駅近の路地裏にある国産食材にこだわった体にやさしいラーメン
居酒屋やバーが並ぶ路地に『らぁめん 冠尾』がある。看板には「純白湯 鶏清湯 鶏辣湯」とあり、この3つを肝にメニューが展開されているようだ。おいしい酒をしこたま飲んだ後、アツアツのラーメンでシメるなんて最高だ。駅近だからよそで飲んできた人も帰宅前にフラフラと店に吸い込まれていそうだ。
さっそく店に入り、2022年4月に店舗責任者に着任した中藤輝之さんに話を聞いた。
「この店は2017年にオープンしました。国産食材にこだわった体にやさしいラーメンを提供しています。うちは目の前にある『居酒屋さとう』の系列店で、ほかにもこの近郊に洋食店などさまざま飲食店を運営しているんですよ」。
平日は働く人が、そして休日はファミリー客が多いという。ラーメン店には男性客が多いイメージがあるが、こうして見回してみると女性客が目立つ。
「野菜が多めでヘルシー感があるのかもしれませんね。ラーメンの見た目もオシャレで、さらに追加でオーダーできる野菜のトッピングメニューもありますから」と、スタッフの今野絹香さんが女性客の多い理由を教えてくれた。
ほほう、見た目もキレイなラーメンですか。そんな話を聞いていたら食欲が湧いてきた。さっそく一杯食べてみたい!
鶏と水、国産素材だけで取ったスープはまるでポタージュ。まったりと濃厚で1滴も残さずゴクリッ!
せっかくだから看板メニューをいただきたい。すると、「やっぱり純白湯が一番人気ですよ。ダントツです!」と中藤さんがオススメしてくれたので、特製鶏白湯1200円を注文した。
特別に厨房に入らせてもらうと、大きな寸胴鍋にたっぷりスープが入っている。「鶏と水、それから国産の素材だけで取ったスープなんです。作り方の詳細はナイショですが、飲み干しても胃もたれしにくいんですよ」。
ゆらゆらといい香りがする湯気を立てながら筆者の目の前にやってきた。今野さんが言っていた通り、カラフルなトッピングが施されていて見た目も鮮やかだ。
トッピングには茹でたキャベツ、ミニトマト、インゲン、紫タマネギ、マッシュルーム、そして鶏チャーシューが2種類。

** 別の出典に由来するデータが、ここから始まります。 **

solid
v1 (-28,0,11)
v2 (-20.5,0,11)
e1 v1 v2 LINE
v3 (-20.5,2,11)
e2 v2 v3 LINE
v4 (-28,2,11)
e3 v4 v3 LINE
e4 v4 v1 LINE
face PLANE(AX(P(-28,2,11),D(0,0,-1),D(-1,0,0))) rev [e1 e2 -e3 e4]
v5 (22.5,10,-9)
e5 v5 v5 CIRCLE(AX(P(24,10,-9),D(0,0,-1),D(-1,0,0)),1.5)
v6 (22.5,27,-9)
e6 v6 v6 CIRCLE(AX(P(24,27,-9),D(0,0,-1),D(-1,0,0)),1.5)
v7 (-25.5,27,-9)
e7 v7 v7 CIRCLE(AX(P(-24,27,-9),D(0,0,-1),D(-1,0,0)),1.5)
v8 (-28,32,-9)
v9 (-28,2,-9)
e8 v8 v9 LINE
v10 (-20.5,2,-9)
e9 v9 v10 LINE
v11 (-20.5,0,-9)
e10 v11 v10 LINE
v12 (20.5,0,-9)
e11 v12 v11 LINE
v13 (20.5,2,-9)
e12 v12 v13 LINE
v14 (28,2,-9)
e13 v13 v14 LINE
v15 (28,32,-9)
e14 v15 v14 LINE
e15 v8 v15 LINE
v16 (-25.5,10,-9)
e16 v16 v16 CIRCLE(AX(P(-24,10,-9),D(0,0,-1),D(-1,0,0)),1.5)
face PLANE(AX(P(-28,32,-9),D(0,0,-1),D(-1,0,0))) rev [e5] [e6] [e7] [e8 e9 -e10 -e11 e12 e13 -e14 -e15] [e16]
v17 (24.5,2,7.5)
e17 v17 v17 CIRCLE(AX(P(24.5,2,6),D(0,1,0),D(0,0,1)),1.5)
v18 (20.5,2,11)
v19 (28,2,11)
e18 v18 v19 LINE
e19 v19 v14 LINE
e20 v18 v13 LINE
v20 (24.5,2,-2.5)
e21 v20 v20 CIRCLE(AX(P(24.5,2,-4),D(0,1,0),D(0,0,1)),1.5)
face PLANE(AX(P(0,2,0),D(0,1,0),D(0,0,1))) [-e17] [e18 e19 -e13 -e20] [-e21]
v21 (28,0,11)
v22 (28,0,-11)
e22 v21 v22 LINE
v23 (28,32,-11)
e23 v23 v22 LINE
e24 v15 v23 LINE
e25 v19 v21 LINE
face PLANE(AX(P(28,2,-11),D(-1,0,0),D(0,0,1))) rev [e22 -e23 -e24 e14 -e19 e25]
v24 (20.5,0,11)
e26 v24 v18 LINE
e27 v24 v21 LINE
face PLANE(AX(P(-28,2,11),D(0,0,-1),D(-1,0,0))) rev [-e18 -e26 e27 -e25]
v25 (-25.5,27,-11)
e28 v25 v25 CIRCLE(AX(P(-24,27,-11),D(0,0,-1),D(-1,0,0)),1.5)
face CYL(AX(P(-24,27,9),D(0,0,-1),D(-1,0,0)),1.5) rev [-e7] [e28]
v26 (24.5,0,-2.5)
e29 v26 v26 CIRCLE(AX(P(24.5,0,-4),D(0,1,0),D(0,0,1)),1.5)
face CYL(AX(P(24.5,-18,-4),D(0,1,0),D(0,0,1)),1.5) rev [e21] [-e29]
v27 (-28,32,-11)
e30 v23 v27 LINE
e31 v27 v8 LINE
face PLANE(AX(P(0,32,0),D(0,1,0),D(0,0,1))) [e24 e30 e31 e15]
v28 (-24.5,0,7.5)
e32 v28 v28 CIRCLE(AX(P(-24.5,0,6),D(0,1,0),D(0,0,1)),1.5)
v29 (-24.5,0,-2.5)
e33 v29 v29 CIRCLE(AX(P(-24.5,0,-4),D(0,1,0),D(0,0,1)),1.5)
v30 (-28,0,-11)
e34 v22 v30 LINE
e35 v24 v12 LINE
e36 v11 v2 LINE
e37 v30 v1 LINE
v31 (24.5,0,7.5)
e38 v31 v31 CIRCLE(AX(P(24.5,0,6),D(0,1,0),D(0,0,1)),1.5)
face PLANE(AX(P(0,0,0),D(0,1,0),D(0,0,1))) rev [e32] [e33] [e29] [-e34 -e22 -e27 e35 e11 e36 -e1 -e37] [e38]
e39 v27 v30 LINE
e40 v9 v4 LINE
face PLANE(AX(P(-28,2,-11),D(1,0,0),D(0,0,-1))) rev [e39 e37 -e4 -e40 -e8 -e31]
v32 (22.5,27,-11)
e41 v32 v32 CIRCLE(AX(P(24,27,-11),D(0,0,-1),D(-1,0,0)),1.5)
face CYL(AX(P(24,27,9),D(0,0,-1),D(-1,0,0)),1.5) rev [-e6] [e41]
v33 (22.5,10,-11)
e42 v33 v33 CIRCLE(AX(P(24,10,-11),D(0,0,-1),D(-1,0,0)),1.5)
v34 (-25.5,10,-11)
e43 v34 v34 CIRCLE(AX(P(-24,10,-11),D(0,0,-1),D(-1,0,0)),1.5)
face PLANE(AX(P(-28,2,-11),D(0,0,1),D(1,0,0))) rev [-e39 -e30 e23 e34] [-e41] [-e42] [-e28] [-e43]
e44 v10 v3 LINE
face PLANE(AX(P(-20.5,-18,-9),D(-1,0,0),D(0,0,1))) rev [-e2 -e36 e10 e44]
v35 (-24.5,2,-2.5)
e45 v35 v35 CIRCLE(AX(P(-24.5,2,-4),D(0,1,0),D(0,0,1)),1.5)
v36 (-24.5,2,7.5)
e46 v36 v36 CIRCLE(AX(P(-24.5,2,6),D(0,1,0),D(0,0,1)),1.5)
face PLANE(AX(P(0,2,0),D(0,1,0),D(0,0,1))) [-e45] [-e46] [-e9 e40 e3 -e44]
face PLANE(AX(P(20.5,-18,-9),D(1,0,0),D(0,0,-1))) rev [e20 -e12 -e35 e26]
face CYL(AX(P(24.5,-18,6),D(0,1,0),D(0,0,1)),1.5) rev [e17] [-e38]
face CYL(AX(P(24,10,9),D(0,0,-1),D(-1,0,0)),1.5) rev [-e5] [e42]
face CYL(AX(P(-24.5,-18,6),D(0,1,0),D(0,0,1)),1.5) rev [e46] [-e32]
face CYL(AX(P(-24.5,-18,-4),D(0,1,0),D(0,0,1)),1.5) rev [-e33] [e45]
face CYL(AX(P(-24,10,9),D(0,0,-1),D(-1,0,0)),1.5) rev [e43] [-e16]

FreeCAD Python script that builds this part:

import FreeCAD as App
import Part
import Sketcher
Q = App.Units.Quantity

doc = App.newDocument("Part")
params = doc.addObject("Spreadsheet::Sheet", "Params")
for row, (alias, value) in enumerate([
    ("sketch1_width", "56 mm"),
    ("sketch1_height", "22 mm"),
    ("pad1_length", "2 mm"),
    ("sketch2_width", "56 mm"),
    ("sketch2_height", "2 mm"),
    ("pad2_length", "30 mm"),
    ("sketch3_width", "41 mm"),
    ("sketch3_height", "20 mm"),
    ("pocket1_length", "20 mm"),
    ("sketch4_diameter", "3 mm"),
    ("pocket2_length", "20 mm"),
    ("sketch5_diameter", "3 mm"),
    ("pocket3_length", "20 mm"),
], start=1):
    params.set(f"A{row}", alias)
    params.set(f"B{row}", "=" + value)
    params.setAlias(f"B{row}", alias)

body = doc.addObject("PartDesign::Body", "Body")

sketch1 = doc.addObject("Sketcher::SketchObject", "Sketch")
body.addObject(sketch1)
sketch1.AttachmentSupport = (doc.XZ_Plane, [""])
sketch1.MapMode = "FlatFace"
sketch1.addGeometry(Part.LineSegment(App.Vector(-28, -11, 0), App.Vector(-28, 11, 0)), False)
sketch1.addGeometry(Part.LineSegment(App.Vector(-28, 11, 0), App.Vector(28, 11, 0)), False)
sketch1.addGeometry(Part.LineSegment(App.Vector(28, 11, 0), App.Vector(28, -11, 0)), False)
sketch1.addGeometry(Part.LineSegment(App.Vector(28, -11, 0), App.Vector(-28, -11, 0)), False)
sketch1.addConstraint(Sketcher.Constraint("Coincident", 0, 2, 1, 1))
sketch1.addConstraint(Sketcher.Constraint("Coincident", 1, 2, 2, 1))
sketch1.addConstraint(Sketcher.Constraint("Coincident", 2, 2, 3, 1))
sketch1.addConstraint(Sketcher.Constraint("Coincident", 3, 2, 0, 1))
sketch1.addConstraint(Sketcher.Constraint("Vertical", 0))
sketch1.addConstraint(Sketcher.Constraint("Horizontal", 1))
sketch1.addConstraint(Sketcher.Constraint("Vertical", 2))
sketch1.addConstraint(Sketcher.Constraint("Horizontal", 3))
sketch1.addConstraint(Sketcher.Constraint("Symmetric", 0, 2, 2, 2, -1, 1))
sketch1.addConstraint(Sketcher.Constraint("DistanceX", 1, 1, 1, 2, Q("56 mm")))
sketch1.addConstraint(Sketcher.Constraint("DistanceY", 0, 1, 0, 2, Q("22 mm")))
sketch1.setExpression("Constraints[9]", "Params.sketch1_width")
sketch1.setExpression("Constraints[10]", "Params.sketch1_height")
pad1 = doc.addObject("PartDesign::Pad", "Pad")
body.addObject(pad1)
pad1.Profile = sketch1
pad1.setExpression("Length", "Params.pad1_length")
pad1.Reversed = True

sketch2 = doc.addObject("Sketcher::SketchObject", "Sketch001")
body.addObject(sketch2)
sketch2.AttachmentSupport = (doc.XZ_Plane, [""])
sketch2.MapMode = "FlatFace"
sketch2.AttachmentOffset = App.Placement(App.Vector(0, 0, -2), App.Rotation())
sketch2.addGeometry(Part.LineSegment(App.Vector(-28, -11, 0), App.Vector(-28, -9, 0)), False)
sketch2.addGeometry(Part.LineSegment(App.Vector(-28, -9, 0), App.Vector(28, -9, 0)), False)
sketch2.addGeometry(Part.LineSegment(App.Vector(28, -9, 0), App.Vector(28, -11, 0)), False)
sketch2.addGeometry(Part.LineSegment(App.Vector(28, -11, 0), App.Vector(-28, -11, 0)), False)
sketch2.addConstraint(Sketcher.Constraint("Coincident", 0, 2, 1, 1))
sketch2.addConstraint(Sketcher.Constraint("Coincident", 1, 2, 2, 1))
sketch2.addConstraint(Sketcher.Constraint("Coincident", 2, 2, 3, 1))
sketch2.addConstraint(Sketcher.Constraint("Coincident", 3, 2, 0, 1))
sketch2.addConstraint(Sketcher.Constraint("Vertical", 0))
sketch2.addConstraint(Sketcher.Constraint("Horizontal", 1))
sketch2.addConstraint(Sketcher.Constraint("Vertical", 2))
sketch2.addConstraint(Sketcher.Constraint("Horizontal", 3))
sketch2.addConstraint(Sketcher.Constraint("DistanceX", 1, 1, 1, 2, Q("56 mm")))
sketch2.addConstraint(Sketcher.Constraint("DistanceY", 0, 1, 0, 2, Q("2 mm")))
sketch2.addConstraint(Sketcher.Constraint("DistanceX", 0, 2, -1, 1, Q("28 mm")))
sketch2.addConstraint(Sketcher.Constraint("DistanceY", 0, 2, -1, 1, Q("9 mm")))
sketch2.setExpression("Constraints[8]", "Params.sketch2_width")
sketch2.setExpression("Constraints[9]", "Params.sketch2_height")
pad2 = doc.addObject("PartDesign::Pad", "Pad001")
body.addObject(pad2)
pad2.Profile = sketch2
pad2.setExpression("Length", "Params.pad2_length")
pad2.Reversed = True

sketch3 = doc.addObject("Sketcher::SketchObject", "Sketch002")
body.addObject(sketch3)
sketch3.AttachmentSupport = (doc.XZ_Plane, [""])
sketch3.MapMode = "FlatFace"
sketch3.AttachmentOffset = App.Placement(App.Vector(0, 0, -2), App.Rotation())
sketch3.addGeometry(Part.LineSegment(App.Vector(-20, -9, 0), App.Vector(-20, 11, 0)), False)
sketch3.addGeometry(Part.LineSegment(App.Vector(-20, 11, 0), App.Vector(20, 11, 0)), False)
sketch3.addGeometry(Part.LineSegment(App.Vector(20, 11, 0), App.Vector(20, -9, 0)), False)
sketch3.addGeometry(Part.LineSegment(App.Vector(20, -9, 0), App.Vector(-20, -9, 0)), False)
sketch3.addConstraint(Sketcher.Constraint("Coincident", 0, 2, 1, 1))
sketch3.addConstraint(Sketcher.Constraint("Coincident", 1, 2, 2, 1))
sketch3.addConstraint(Sketcher.Constraint("Coincident", 2, 2, 3, 1))
sketch3.addConstraint(Sketcher.Constraint("Coincident", 3, 2, 0, 1))
sketch3.addConstraint(Sketcher.Constraint("Vertical", 0))
sketch3.addConstraint(Sketcher.Constraint("Horizontal", 1))
sketch3.addConstraint(Sketcher.Constraint("Vertical", 2))
sketch3.addConstraint(Sketcher.Constraint("Horizontal", 3))
sketch3.addConstraint(Sketcher.Constraint("DistanceX", 1, 1, 1, 2, Q("41 mm")))
sketch3.addConstraint(Sketcher.Constraint("DistanceY", 0, 1, 0, 2, Q("20 mm")))
sketch3.addConstraint(Sketcher.Constraint("DistanceY", -1, 1, 0, 2, Q("11 mm")))
sketch3.addConstraint(Sketcher.Constraint("DistanceX", 0, 2, -1, 1, Q("20.5 mm")))
sketch3.setExpression("Constraints[8]", "Params.sketch3_width")
sketch3.setExpression("Constraints[9]", "Params.sketch3_height")
pocket1 = doc.addObject("PartDesign::Pocket", "Pocket")
body.addObject(pocket1)
pocket1.Profile = sketch3
pocket1.setExpression("Length", "Params.pocket1_length")
pocket1.Reversed = True

sketch4 = doc.addObject("Sketcher::SketchObject", "Sketch003")
body.addObject(sketch4)
sketch4.AttachmentSupport = (doc.XZ_Plane, [""])
sketch4.MapMode = "FlatFace"
sketch4.AttachmentOffset = App.Placement(App.Vector(0, 0, -2), App.Rotation())
sketch4.addGeometry(Part.Circle(App.Vector(-24.5, -4, 0), App.Vector(0, 0, 1), 1.5), False)
sketch4.addGeometry(Part.Circle(App.Vector(-24.5, 6, 0), App.Vector(0, 0, 1), 1.5), False)
sketch4.addGeometry(Part.Circle(App.Vector(24.5, -4, 0), App.Vector(0, 0, 1), 1.5), False)
sketch4.addGeometry(Part.Circle(App.Vector(24.5, 6, 0), App.Vector(0, 0, 1), 1.5), False)
sketch4.addConstraint(Sketcher.Constraint("Equal", 0, 1))
sketch4.addConstraint(Sketcher.Constraint("Equal", 1, 2))
sketch4.addConstraint(Sketcher.Constraint("Equal", 2, 3))
sketch4.addConstraint(Sketcher.Constraint("Symmetric", 0, 3, 2, 3, -2))
sketch4.addConstraint(Sketcher.Constraint("Symmetric", 1, 3, 3, 3, -2))
sketch4.addConstraint(Sketcher.Constraint("Vertical", 0, 3, 1, 3))
sketch4.addConstraint(Sketcher.Constraint("Diameter", 0, Q("3 mm")))
sketch4.addConstraint(Sketcher.Constraint("DistanceY", 0, 3, -1, 1, Q("4 mm")))
sketch4.addConstraint(Sketcher.Constraint("DistanceY", -1, 1, 1, 3, Q("6 mm")))
sketch4.addConstraint(Sketcher.Constraint("DistanceX", 0, 3, 2, 3, Q("49 mm")))
sketch4.setExpression("Constraints[6]", "Params.sketch4_diameter")
pocket2 = doc.addObject("PartDesign::Pocket", "Pocket001")
body.addObject(pocket2)
pocket2.Profile = sketch4
pocket2.setExpression("Length", "Params.pocket2_length")
pocket2.Reversed = True

sketch5 = doc.addObject("Sketcher::SketchObject", "Sketch004")
body.addObject(sketch5)
sketch5.AttachmentSupport = (doc.XY_Plane, [""])
sketch5.MapMode = "FlatFace"
sketch5.AttachmentOffset = App.Placement(App.Vector(0, 0, -11), App.Rotation())
sketch5.addGeometry(Part.Circle(App.Vector(24, 27, 0), App.Vector(0, 0, 1), 1.5), False)
sketch5.addGeometry(Part.Circle(App.Vector(24, 10, 0), App.Vector(0, 0, 1), 1.5), False)
sketch5.addGeometry(Part.Circle(App.Vector(-24, 10, 0), App.Vector(0, 0, 1), 1.5), False)
sketch5.addGeometry(Part.Circle(App.Vector(-24, 27, 0), App.Vector(0, 0, 1), 1.5), False)
sketch5.addConstraint(Sketcher.Constraint("Equal", 0, 1))
sketch5.addConstraint(Sketcher.Constraint("Equal", 1, 2))
sketch5.addConstraint(Sketcher.Constraint("Equal", 2, 3))
sketch5.addConstraint(Sketcher.Constraint("Symmetric", 1, 3, 2, 3, -2))
sketch5.addConstraint(Sketcher.Constraint("Symmetric", 0, 3, 3, 3, -2))
sketch5.addConstraint(Sketcher.Constraint("Vertical", 0, 3, 1, 3))
sketch5.addConstraint(Sketcher.Constraint("Diameter", 0, Q("3 mm")))
sketch5.addConstraint(Sketcher.Constraint("DistanceX", -1, 1, 0, 3, Q("24 mm")))
sketch5.addConstraint(Sketcher.Constraint("DistanceY", -1, 1, 0, 3, Q("27 mm")))
sketch5.addConstraint(Sketcher.Constraint("DistanceY", -1, 1, 1, 3, Q("10 mm")))
sketch5.setExpression("Constraints[6]", "Params.sketch5_diameter")
pocket3 = doc.addObject("PartDesign::Pocket", "Pocket002")
body.addObject(pocket3)
pocket3.Profile = sketch5
pocket3.setExpression("Length", "Params.pocket3_length")
pocket3.Reversed = True

doc.recompute()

白濁したスープはれんげの底の文字が隠れるほどで、高級店の水炊きのスープみたいに濃厚でこっくりとした味わい。この上質なスープが鶏と水、国産素材だけなの!? と疑ってしまうほど素晴らしい。お酒のチェイサーとして横に置いておきたいくらいだ。濃厚な鶏の旨味に対抗するように香ばしい全粒粉麺がいいバランスで、歯切れが良くて食べやすい。
鶏チャーシューはもも肉とむね肉の2種。比較的脂が多いもも肉は、炙ることで薫感もアップ。しっかり塩気が利いていて、濃厚だがやや単調になりがちなラーメンの味のアクセントになっている。淡白なむね肉は、コショウが利いていてパンチがあるぞ!
鶏の風味でいっぱいになった口の中に、丼の端についてくる柚子胡椒やトマトの酸味と甘み、スープの熱でちょっと甘みが増した紫タマネギなどがリフレッシュ効果を与えてくれる。卓上の昆布酢、自家製辣油を加えて味変しながら食べ進めるのも楽しい。今思えば、追ご飯をしておじや風に楽しんでもよかったかも。
ラーメンの材料のどれもが主役級の品質。国産素材へのこだわり
『らぁめん 冠尾』では全メニューに共通して鶏を使用しているが、それぞれのメニューの個性を際立たるのは鶏とタッグを組む食材たち。こうしたひとつひとつの食材も吟味して使用している。
実際にスープや麺もさることながら、付け合わせの野菜までおいしくて驚いた。「トッピングの野菜もこだわりなんですよ。ミニトマトは甘みが強くて人気の“アイコ“って品種なんですけど食べると鮮度がいいのがわかるでしょう? 鶏はもちろん、もやしやインゲンなどもいい素材を集めています。ホントにうちの野菜、うまいんですよ。それから柚子胡椒は生産者さんに受注生産してもらってるんです」と、中藤さん。
それもこれもオーナーがさまざまな飲食店を経営しているため、良質な食材を作る生産者や業者などともコネクションがあるからだ。ゆえに居酒屋だったらどれも一品料理として通用する主役級の食材たちが揃う。
テイストは違っても、鶏がベースの『らぁめん 冠尾』のラーメンたち。それぞれ個性的な味が表現できる、鶏という食材のポテンシャルの高さを実感できるだろう。今日は濃厚でアツアツの鶏スープを味わったから、次は辛和え麺に挑戦してみようかな。